Моя собеседница сначала не поняла меня, а потом поглядела на фотографию и рассмеялась. Поразительно, насколько молодо звучал её смех.
— Родственник? — она покачала головой, всё ещё улыбаясь. — Ну что ж, пусть будет родственник. Была бы счастлива, если б это было так.
Намного позже я понял причину её веселья. Когда узнал, что на полке стояло изображение Иоанна Кронштадтского.
— Как себя чувствуете после проделанной работы?
Ответил честно:
— По-разному. В целом — полегче. Но до сих пор не понимаю, что мне делать со своей жизнью.
— А чего вам не хватает, Юра? — спросила она. — Что вам нужно? Как сами считаете?
Я подумал и ответил:
— Уверенности. И покоя.
Она снова улыбнулась, пододвинула ко мне блюдечко с печеньем.
— А сейчас вам спокойно? Скажите как есть.
— Да.
— Можете запомнить это состояние навсегда?
Я закрыл глаза и попробовал зафиксировать всё, что вижу: комнату, буфет, заварочный чайник. Открыл глаза и посмотрел на Э. Д.
— Могу. Но сейчас рядом вы. Когда вас не будет рядом, боюсь, я не сумею.
Э. Д. надела очки и пристально на меня посмотрела.
— Вы так хорошо запомнили самые травматичные моменты вашей жизни. Сумели описать их, передать состояние. Значит, и сегодняшнее ощущение вы тоже сможете запомнить.
Я хотел что-то возразить, но у меня не повернулся язык.
— Это насчёт покоя, — продолжала она. — А что касается чувства уверенности… Может, вам нужна вера, а не уверенность?
— Ну какая может быть вера, — сказал я устало. — Я агностик. В Бога не верю. Зато я верю вам как врачу.
Она вздохнула.
— А лучше если бы наоборот.
— Вы лишаете меня последней надежды.
Она сделала ладонью отрицающее движение.
— Нет. Верить тому, что говорят люди, следовать решениям, которые они принимают насчёт вашей жизни, — гибель. И я в этом смысле ничем не отличаюсь от тех, кто делал это с вами раньше. Ваша мама, ваш друг Андрей Николаевич или ваша жена. Потом, может быть, в этот ряд встанет и ваш сын. Все наши слова, все наши решения должны быть вами перепроверены и взвешены.
— На каких весах?
Возникла пауза. На стене в квартире Э. Д. висели, да и до сих пор висят, старые ходики с маятником. До сих пор слышу, как они отсчитывают секунды до её ответа.
— Стройте свои весы сами, — сказала она. — Или поставьте в своей душе нечто непоколебимое.
Мне показалось, что она опять говорит о Боге.
— Ничего нет окончательного, — ответил я. — Всё можно опровергнуть. И самое ужасное, нет никакого средства уйти от того, что меня ждёт.
— Ваша бывшая жена. У неё ведь тоже нет средства уйти от того, что её ждёт.
— А при чём тут моя бывшая жена?
— Её мать умерла от рака. Это ничуть не лучше Альцгеймера.

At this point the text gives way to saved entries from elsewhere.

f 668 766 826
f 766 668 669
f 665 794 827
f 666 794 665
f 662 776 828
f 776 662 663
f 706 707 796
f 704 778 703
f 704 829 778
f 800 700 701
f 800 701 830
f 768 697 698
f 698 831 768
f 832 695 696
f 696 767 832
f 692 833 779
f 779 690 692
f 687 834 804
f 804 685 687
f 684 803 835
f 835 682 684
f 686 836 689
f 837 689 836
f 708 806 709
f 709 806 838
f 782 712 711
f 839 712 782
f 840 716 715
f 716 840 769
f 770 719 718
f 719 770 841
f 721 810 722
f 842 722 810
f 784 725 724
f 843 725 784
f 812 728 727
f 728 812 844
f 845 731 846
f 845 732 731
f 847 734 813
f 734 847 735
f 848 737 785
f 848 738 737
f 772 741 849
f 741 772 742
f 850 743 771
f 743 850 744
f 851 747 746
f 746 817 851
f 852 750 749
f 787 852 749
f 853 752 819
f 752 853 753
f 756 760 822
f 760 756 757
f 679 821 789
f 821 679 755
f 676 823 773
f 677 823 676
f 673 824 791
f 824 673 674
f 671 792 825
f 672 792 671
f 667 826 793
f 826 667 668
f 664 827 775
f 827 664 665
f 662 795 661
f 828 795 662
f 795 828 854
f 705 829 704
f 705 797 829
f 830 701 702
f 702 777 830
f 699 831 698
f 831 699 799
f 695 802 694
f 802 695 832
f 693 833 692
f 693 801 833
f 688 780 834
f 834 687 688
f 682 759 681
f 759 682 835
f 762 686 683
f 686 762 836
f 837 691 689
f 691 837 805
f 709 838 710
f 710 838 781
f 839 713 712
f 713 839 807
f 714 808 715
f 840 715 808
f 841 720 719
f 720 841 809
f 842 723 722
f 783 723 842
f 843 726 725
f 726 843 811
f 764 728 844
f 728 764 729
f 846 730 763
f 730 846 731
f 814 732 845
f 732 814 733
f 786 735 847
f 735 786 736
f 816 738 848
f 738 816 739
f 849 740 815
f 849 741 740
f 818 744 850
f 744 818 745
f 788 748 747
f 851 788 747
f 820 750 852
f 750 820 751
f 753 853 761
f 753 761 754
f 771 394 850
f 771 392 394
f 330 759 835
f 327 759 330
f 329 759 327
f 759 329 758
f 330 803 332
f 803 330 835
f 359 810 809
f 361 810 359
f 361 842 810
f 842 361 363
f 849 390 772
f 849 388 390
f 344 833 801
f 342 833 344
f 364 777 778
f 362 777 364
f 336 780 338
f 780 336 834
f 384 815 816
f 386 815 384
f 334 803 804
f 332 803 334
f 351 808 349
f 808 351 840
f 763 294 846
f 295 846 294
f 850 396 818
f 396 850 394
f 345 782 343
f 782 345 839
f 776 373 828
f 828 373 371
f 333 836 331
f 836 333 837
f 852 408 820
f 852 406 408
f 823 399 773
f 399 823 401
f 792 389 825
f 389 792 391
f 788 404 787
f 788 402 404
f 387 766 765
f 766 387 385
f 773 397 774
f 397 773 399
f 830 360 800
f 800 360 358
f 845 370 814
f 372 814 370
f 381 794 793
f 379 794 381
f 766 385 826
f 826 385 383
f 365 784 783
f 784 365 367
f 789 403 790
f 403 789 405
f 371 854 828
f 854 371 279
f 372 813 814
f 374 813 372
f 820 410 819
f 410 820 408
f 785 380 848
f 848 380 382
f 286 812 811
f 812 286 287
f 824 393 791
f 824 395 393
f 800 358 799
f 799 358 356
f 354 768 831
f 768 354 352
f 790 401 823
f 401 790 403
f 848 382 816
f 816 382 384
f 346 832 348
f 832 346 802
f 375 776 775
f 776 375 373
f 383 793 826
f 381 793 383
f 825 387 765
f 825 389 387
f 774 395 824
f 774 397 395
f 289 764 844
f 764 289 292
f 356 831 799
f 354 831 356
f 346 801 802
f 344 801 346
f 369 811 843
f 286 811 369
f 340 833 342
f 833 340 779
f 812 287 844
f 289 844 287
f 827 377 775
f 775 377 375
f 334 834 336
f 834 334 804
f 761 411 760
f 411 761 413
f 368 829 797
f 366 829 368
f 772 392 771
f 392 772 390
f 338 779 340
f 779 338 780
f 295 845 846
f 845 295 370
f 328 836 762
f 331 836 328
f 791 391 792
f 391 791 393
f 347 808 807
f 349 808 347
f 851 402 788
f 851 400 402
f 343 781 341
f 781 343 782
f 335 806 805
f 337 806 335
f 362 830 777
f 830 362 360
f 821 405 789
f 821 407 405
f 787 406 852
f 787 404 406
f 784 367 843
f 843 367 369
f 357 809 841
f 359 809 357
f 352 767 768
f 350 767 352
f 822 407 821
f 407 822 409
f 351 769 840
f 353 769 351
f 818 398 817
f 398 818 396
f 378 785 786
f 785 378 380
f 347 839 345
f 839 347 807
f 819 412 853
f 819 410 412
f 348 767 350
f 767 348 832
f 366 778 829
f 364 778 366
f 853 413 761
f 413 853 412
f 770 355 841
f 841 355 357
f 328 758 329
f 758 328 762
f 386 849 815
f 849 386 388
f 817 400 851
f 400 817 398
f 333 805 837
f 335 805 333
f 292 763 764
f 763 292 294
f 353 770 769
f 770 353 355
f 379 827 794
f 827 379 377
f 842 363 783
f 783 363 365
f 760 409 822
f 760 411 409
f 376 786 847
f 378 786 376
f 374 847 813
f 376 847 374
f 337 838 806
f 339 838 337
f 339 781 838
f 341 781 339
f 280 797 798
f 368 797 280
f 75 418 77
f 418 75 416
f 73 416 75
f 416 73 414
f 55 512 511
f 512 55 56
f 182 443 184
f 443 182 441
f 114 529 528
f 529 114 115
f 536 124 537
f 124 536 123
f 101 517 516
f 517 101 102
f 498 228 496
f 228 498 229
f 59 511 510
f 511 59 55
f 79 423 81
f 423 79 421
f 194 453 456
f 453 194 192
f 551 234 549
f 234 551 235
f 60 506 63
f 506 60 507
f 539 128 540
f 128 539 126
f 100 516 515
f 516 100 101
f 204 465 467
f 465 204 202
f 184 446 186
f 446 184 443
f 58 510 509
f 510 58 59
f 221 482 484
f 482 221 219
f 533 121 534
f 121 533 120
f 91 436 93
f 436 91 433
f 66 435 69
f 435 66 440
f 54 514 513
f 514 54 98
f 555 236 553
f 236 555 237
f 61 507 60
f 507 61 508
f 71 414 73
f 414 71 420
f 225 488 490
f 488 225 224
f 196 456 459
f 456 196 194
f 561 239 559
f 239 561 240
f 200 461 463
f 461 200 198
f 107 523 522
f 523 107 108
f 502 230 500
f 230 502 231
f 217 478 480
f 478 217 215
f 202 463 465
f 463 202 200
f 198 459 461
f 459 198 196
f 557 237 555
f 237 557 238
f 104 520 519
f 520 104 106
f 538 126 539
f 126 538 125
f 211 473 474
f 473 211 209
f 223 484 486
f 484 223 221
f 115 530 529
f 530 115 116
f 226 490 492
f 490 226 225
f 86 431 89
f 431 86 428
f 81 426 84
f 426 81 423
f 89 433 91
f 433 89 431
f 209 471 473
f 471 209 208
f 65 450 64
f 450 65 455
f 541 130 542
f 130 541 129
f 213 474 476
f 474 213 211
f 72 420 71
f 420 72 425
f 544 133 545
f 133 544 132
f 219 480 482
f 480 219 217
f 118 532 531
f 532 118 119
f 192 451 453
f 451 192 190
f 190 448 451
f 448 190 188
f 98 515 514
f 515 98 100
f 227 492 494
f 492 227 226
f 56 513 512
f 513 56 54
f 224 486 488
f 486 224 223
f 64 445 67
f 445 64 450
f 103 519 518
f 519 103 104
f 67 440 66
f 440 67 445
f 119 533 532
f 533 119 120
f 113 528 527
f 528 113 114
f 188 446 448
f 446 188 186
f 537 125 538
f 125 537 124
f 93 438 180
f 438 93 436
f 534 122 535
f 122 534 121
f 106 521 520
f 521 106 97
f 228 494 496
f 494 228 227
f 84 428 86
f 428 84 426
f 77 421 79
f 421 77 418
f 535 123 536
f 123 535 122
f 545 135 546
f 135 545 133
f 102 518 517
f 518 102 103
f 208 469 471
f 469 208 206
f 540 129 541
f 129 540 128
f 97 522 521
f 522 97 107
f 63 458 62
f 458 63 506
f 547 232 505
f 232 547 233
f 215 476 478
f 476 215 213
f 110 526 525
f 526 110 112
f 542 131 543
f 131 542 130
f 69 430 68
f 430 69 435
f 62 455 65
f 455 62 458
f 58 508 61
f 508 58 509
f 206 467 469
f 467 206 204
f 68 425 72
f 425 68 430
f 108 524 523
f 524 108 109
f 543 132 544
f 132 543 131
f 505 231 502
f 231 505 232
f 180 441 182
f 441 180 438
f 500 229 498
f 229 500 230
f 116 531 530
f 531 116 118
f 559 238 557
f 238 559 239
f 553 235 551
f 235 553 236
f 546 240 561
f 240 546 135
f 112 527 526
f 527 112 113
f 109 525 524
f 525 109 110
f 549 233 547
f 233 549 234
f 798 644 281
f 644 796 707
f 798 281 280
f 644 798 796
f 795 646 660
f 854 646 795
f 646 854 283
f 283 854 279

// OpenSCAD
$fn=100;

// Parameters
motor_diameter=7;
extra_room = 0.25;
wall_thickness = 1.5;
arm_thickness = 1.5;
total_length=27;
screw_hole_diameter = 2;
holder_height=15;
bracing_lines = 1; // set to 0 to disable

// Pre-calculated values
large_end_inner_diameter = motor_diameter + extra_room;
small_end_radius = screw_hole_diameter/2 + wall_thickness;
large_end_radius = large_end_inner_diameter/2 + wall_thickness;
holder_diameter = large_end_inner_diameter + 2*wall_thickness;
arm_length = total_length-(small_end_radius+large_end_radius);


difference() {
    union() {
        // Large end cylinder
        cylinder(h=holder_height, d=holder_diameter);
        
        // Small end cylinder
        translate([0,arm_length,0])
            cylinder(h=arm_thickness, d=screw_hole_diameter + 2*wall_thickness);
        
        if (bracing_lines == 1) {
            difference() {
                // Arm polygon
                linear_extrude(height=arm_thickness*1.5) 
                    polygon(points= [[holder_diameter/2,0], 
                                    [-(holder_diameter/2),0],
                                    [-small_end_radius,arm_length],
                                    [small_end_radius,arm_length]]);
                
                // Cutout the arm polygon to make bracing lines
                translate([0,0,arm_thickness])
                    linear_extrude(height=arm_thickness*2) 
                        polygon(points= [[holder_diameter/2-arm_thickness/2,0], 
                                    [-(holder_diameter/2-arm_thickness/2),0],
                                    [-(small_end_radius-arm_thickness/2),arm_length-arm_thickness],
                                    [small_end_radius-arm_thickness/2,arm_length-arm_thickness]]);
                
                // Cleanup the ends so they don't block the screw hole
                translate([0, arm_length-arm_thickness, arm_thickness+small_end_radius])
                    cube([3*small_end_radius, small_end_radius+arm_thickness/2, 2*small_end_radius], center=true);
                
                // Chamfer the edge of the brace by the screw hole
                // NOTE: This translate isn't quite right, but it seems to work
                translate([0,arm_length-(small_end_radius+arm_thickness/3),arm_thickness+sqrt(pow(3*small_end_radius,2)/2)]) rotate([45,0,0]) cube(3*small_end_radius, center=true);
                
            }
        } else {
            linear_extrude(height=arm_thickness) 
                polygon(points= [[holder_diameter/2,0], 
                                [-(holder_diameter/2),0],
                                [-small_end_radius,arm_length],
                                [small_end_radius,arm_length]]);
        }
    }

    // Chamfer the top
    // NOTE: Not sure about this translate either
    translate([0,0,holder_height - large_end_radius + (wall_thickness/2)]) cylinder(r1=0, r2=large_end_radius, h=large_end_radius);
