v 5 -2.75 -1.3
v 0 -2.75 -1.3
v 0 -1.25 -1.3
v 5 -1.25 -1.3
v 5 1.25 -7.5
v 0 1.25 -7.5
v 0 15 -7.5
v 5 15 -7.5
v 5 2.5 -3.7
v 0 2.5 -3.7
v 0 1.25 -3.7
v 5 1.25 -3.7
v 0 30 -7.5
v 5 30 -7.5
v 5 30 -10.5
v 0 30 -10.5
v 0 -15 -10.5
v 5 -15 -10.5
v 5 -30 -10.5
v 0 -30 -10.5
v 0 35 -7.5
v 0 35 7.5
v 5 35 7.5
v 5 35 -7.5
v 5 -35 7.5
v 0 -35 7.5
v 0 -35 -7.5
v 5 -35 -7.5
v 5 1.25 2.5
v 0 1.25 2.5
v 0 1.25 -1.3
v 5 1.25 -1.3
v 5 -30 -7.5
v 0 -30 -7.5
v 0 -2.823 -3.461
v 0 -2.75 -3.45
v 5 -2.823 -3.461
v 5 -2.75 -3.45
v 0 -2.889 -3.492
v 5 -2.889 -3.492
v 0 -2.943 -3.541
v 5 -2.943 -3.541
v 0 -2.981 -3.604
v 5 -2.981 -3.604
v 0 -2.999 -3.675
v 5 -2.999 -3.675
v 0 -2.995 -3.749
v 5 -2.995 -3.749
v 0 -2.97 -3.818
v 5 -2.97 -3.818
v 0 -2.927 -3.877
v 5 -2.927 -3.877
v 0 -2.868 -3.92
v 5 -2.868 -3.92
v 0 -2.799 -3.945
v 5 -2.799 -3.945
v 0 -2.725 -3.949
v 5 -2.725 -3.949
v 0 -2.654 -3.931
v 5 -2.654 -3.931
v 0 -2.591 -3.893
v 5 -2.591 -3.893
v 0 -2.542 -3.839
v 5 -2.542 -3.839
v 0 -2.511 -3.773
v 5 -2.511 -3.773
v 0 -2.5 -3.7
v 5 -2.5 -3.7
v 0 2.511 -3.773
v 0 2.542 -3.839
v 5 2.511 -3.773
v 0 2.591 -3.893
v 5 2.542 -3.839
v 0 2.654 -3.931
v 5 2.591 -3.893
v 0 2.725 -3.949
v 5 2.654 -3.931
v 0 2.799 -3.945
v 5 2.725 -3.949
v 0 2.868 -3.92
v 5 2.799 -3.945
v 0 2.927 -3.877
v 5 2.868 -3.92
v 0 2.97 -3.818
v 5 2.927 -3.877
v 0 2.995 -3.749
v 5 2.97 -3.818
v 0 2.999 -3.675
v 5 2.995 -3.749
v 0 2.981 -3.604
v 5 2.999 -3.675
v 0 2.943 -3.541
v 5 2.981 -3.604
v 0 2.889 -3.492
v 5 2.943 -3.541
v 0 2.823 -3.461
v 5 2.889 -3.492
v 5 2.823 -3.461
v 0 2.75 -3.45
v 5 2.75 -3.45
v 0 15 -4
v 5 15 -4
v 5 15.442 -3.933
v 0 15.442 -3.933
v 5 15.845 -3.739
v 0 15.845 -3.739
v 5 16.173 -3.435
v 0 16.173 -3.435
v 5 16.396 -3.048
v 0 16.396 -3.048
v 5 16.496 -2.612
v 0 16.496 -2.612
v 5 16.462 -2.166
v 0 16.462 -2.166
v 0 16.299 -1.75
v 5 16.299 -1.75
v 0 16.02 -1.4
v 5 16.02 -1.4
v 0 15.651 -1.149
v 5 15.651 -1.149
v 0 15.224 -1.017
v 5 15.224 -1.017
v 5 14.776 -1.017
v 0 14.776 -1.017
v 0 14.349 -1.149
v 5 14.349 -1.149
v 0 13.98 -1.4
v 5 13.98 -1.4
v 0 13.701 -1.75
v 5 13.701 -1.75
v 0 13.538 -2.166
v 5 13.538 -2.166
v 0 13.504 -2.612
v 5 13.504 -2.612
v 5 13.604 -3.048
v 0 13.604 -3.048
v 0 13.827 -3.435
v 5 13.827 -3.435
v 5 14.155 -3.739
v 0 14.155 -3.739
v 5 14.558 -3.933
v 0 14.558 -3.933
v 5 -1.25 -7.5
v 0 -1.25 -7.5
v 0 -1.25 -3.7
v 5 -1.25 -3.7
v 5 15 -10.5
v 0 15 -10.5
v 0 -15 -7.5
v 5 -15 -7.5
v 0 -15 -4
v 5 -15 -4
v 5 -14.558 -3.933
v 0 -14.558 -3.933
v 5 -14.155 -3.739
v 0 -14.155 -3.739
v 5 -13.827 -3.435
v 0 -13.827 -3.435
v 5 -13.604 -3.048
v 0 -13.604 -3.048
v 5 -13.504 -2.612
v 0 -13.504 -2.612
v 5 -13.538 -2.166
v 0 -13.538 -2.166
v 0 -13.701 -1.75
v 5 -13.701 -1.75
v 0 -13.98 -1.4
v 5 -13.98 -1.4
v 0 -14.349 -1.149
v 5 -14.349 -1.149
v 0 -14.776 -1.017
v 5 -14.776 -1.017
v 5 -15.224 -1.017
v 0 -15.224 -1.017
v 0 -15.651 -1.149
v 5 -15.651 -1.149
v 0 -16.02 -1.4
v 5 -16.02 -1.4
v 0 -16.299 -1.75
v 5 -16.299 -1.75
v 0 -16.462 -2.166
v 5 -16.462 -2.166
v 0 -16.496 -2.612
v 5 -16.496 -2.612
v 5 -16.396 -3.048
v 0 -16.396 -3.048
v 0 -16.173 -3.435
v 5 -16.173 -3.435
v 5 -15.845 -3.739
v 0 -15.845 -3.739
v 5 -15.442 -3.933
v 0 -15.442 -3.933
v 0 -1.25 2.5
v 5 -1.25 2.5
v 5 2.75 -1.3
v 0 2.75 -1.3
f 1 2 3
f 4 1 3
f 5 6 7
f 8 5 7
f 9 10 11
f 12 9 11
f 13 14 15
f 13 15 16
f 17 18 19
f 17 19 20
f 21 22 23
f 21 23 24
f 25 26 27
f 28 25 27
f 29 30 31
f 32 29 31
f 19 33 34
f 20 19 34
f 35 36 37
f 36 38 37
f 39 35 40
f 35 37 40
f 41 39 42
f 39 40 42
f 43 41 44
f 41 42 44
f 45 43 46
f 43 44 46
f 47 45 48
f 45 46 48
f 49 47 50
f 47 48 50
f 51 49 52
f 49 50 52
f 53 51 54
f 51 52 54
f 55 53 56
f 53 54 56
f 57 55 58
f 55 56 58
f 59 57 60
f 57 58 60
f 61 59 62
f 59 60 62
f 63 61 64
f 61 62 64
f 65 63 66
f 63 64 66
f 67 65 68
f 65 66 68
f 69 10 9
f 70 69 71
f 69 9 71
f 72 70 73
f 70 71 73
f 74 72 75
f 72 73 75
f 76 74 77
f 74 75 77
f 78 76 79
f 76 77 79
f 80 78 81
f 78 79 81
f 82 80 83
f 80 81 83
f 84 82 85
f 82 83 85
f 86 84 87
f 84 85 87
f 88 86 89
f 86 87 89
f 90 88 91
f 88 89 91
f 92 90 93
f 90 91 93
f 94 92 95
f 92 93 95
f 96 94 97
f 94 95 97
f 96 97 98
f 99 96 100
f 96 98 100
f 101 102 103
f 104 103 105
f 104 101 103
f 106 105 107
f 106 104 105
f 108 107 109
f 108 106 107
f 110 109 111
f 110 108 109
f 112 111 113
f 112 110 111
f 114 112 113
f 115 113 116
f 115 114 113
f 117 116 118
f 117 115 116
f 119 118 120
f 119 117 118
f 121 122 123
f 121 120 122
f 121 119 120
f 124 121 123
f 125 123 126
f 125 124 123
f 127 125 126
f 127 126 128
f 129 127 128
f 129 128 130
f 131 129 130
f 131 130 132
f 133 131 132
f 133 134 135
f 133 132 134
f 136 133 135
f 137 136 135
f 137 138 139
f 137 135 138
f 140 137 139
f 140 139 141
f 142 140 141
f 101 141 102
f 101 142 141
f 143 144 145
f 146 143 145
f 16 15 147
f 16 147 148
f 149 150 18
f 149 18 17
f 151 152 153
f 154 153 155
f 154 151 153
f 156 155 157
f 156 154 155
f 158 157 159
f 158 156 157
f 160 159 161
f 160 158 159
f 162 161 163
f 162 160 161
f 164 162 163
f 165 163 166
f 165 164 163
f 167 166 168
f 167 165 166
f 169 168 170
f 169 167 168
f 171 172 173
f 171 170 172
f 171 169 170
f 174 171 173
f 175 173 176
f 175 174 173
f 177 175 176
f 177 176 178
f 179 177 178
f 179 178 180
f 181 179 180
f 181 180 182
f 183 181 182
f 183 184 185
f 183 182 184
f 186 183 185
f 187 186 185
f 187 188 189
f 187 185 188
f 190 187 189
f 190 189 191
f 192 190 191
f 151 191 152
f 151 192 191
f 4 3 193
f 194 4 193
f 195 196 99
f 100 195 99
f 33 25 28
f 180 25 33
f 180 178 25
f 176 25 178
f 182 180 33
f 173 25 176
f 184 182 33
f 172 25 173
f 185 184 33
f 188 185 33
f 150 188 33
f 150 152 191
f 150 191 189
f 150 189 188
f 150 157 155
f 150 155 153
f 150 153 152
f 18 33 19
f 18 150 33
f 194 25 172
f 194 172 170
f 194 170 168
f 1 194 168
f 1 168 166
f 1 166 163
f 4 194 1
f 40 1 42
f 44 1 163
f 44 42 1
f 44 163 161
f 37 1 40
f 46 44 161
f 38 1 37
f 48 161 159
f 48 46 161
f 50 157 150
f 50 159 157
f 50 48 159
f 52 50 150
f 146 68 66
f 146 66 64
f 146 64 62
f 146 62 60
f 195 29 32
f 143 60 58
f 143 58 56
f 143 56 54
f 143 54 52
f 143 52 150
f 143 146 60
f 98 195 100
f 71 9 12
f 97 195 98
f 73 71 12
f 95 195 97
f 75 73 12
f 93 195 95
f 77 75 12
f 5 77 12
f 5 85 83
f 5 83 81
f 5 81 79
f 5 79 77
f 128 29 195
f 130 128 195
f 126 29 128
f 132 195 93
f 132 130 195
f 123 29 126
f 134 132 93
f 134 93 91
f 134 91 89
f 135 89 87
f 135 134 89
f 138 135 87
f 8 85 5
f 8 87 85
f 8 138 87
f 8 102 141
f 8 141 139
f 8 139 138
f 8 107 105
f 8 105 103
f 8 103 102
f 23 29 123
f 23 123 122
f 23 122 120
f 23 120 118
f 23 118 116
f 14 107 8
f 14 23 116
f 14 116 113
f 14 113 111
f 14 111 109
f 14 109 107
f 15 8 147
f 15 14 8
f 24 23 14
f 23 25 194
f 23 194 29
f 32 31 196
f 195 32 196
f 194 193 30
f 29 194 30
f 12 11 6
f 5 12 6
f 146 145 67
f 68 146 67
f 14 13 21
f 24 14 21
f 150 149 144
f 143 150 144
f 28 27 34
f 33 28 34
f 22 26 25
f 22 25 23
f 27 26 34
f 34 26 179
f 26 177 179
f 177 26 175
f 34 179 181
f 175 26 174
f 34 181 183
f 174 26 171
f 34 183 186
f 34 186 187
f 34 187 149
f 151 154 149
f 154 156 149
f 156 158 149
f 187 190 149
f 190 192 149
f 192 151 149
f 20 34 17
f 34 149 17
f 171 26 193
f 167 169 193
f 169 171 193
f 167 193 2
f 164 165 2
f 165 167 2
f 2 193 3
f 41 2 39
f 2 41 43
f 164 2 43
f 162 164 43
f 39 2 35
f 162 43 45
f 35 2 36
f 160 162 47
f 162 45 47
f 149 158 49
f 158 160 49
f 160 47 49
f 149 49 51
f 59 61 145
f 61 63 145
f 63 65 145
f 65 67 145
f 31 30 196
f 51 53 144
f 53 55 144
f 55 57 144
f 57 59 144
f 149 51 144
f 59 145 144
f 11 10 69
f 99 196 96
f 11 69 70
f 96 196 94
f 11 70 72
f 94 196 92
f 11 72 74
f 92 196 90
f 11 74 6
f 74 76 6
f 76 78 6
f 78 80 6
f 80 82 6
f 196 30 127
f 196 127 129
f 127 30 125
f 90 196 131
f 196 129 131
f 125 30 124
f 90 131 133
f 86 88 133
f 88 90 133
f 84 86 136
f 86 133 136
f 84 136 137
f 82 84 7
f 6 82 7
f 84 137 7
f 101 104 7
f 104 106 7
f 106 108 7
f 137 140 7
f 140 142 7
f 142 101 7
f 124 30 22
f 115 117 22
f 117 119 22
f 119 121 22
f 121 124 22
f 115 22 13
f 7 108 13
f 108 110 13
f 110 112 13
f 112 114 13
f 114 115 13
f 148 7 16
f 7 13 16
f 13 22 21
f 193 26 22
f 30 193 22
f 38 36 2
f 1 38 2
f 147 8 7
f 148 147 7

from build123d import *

# Parameters (mm, degrees)
SCHIZZO1_W                   = 15
SCHIZZO1_H                   = 70
ESTRUSIONE_ESTRUSIONE1_DEPTH = 5
SCHIZZO2_W                   = 5
SCHIZZO2_H                   = 15
ESTRUSIONE_ESTRUSIONE2_DEPTH = 3
SCHIZZO4_R                   = 1.5
TAGLIO_ESTRUSIONE2_DEPTH     = 6
SCHIZZO5_R                   = 0.25
TAGLIO_ESTRUSIONE3_DEPTH     = 10


with BuildPart() as part:
    # Schizzo1 → Estrusione-Estrusione1 (new body)
    with BuildSketch(Plane(origin=(0, 0, 0), x_dir=(0, 0, -1), z_dir=(1, 0, 0))):
        Rectangle(SCHIZZO1_W, SCHIZZO1_H)
    extrude(amount=ESTRUSIONE_ESTRUSIONE1_DEPTH)

    # Schizzo2 → Estrusione-Estrusione2 (add)
    with BuildSketch(Plane(origin=(0, 0, -7.5), x_dir=(-1, 0, 0), z_dir=(0, 0, -1))):
        with Locations((-2.5, 22.5)):
            Rectangle(SCHIZZO2_W, SCHIZZO2_H)
        with Locations((-2.5, -22.5)):
            Rectangle(SCHIZZO2_W, SCHIZZO2_H)
    extrude(amount=ESTRUSIONE_ESTRUSIONE2_DEPTH)

    # Schizzo4 → Taglio-Estrusione2 (cut, through all)
    with BuildSketch(Plane(origin=(0, 0, 0), x_dir=(0, 0, -1), z_dir=(1, 0, 0))):
        with Locations((2.5, 15)):
            Circle(SCHIZZO4_R)
        with Locations((2.5, -15)):
            Circle(SCHIZZO4_R)
        Polygon((-2.5, 1.25), (1.3, 1.25), (1.3, 2.75), (3.7, 2.75), (3.7, 1.25), (7.5, 1.25), (7.5, -1.25), (3.7, -1.25), (3.7, -2.75), (1.3, -2.75), (1.3, -1.25), (-2.5, -1.25), align=None)
    extrude(amount=TAGLIO_ESTRUSIONE2_DEPTH, mode=Mode.SUBTRACT)

    # Schizzo5 → Taglio-Estrusione3 (cut)
    with BuildSketch(Plane(origin=(5, 0, 0), x_dir=(0, 0, -1), z_dir=(1, 0, 0))):
        with Locations((3.7, 2.75)):
            Circle(SCHIZZO5_R)
        with Locations((3.7, -2.75)):
            Circle(SCHIZZO5_R)
    extrude(amount=-TAGLIO_ESTRUSIONE3_DEPTH, mode=Mode.SUBTRACT)


solid = part.part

Я молчал. Потом выдавил из себя:
— Да. В их семье есть своя трагедия.
— А знаете, что означает слово «трагедия» на самом деле?
— «Песнь козлов»?
— Нет, это слово означает «жертва».
Задание 14. Какбох
Признаться, я никогда не боялся темноты. Темнота радовала меня, а яркие лампы раздражали, били по глазам. Особенно — люминесцентные светильники, которыми были оснащены все детские учреждения семидесятых-восьмидесятых годов. Их дребезжание утомляло меня. Читал я всегда в темноте, при свете настольной лампы, и быстро посадил зрение.